While a great deal of attention is given to DEA Chief Administrative Law Judge Mulrooney’s (“CALJ Mulrooney’s”) opinion regarding the impact of the Ensuring Patient Access and Effective Drug Enforcement Act on DEA enforcement efforts, very little attention has been afforded a shocking and unprecedented attack by a sitting DEA Administrative Law Judge on DEA’s formal administrative hearing process found within the same article.
Hidden in plain sight at the end of CALJ Mulrooney’s and Ms. Katherine Legel’s soon-to-be-published law review article is a thirty page attack on the procedures that govern DEA administrative hearings, substantive decisions in final agency decisions, and the individuals assigned to draft final agency decisions on behalf of the agency.
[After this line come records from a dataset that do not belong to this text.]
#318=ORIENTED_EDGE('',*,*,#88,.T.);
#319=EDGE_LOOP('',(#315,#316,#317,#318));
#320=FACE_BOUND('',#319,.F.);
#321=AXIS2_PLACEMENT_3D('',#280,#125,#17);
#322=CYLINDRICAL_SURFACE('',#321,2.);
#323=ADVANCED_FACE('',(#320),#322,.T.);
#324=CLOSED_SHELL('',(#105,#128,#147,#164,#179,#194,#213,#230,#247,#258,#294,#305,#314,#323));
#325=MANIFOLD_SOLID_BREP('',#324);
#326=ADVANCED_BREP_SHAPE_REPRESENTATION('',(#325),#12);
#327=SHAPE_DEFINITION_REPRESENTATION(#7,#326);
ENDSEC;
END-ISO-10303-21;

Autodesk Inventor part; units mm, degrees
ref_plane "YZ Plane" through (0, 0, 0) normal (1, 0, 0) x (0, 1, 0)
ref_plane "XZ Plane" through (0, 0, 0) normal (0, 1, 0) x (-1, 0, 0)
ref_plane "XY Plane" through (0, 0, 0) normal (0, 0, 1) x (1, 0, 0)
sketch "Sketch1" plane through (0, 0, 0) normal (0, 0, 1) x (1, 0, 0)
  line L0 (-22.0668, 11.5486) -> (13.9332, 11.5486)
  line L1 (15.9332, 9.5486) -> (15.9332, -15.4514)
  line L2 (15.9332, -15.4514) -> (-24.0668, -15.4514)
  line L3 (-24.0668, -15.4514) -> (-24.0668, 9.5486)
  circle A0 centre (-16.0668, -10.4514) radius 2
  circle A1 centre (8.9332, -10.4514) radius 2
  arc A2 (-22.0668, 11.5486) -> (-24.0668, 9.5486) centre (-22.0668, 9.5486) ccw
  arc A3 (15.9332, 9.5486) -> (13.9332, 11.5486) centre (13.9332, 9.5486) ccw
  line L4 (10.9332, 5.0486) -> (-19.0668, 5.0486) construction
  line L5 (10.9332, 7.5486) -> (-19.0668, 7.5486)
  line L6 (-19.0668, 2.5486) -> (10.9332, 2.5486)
Here are a few of the more serious accusations and criticisms CALJ Mulrooney levies against DEA’s administrative hearing process. The following are taken verbatim from the draft law review article available at the time of this posting.
Procedural Matters
- The fact that the Agency’s rudimentary hearing regulations exist today substantially as they did when first promulgated over four decades ago tends to magnify the significance of the increasingly ubiquitous procedural edicts that the Agency disseminates through adjudication final orders.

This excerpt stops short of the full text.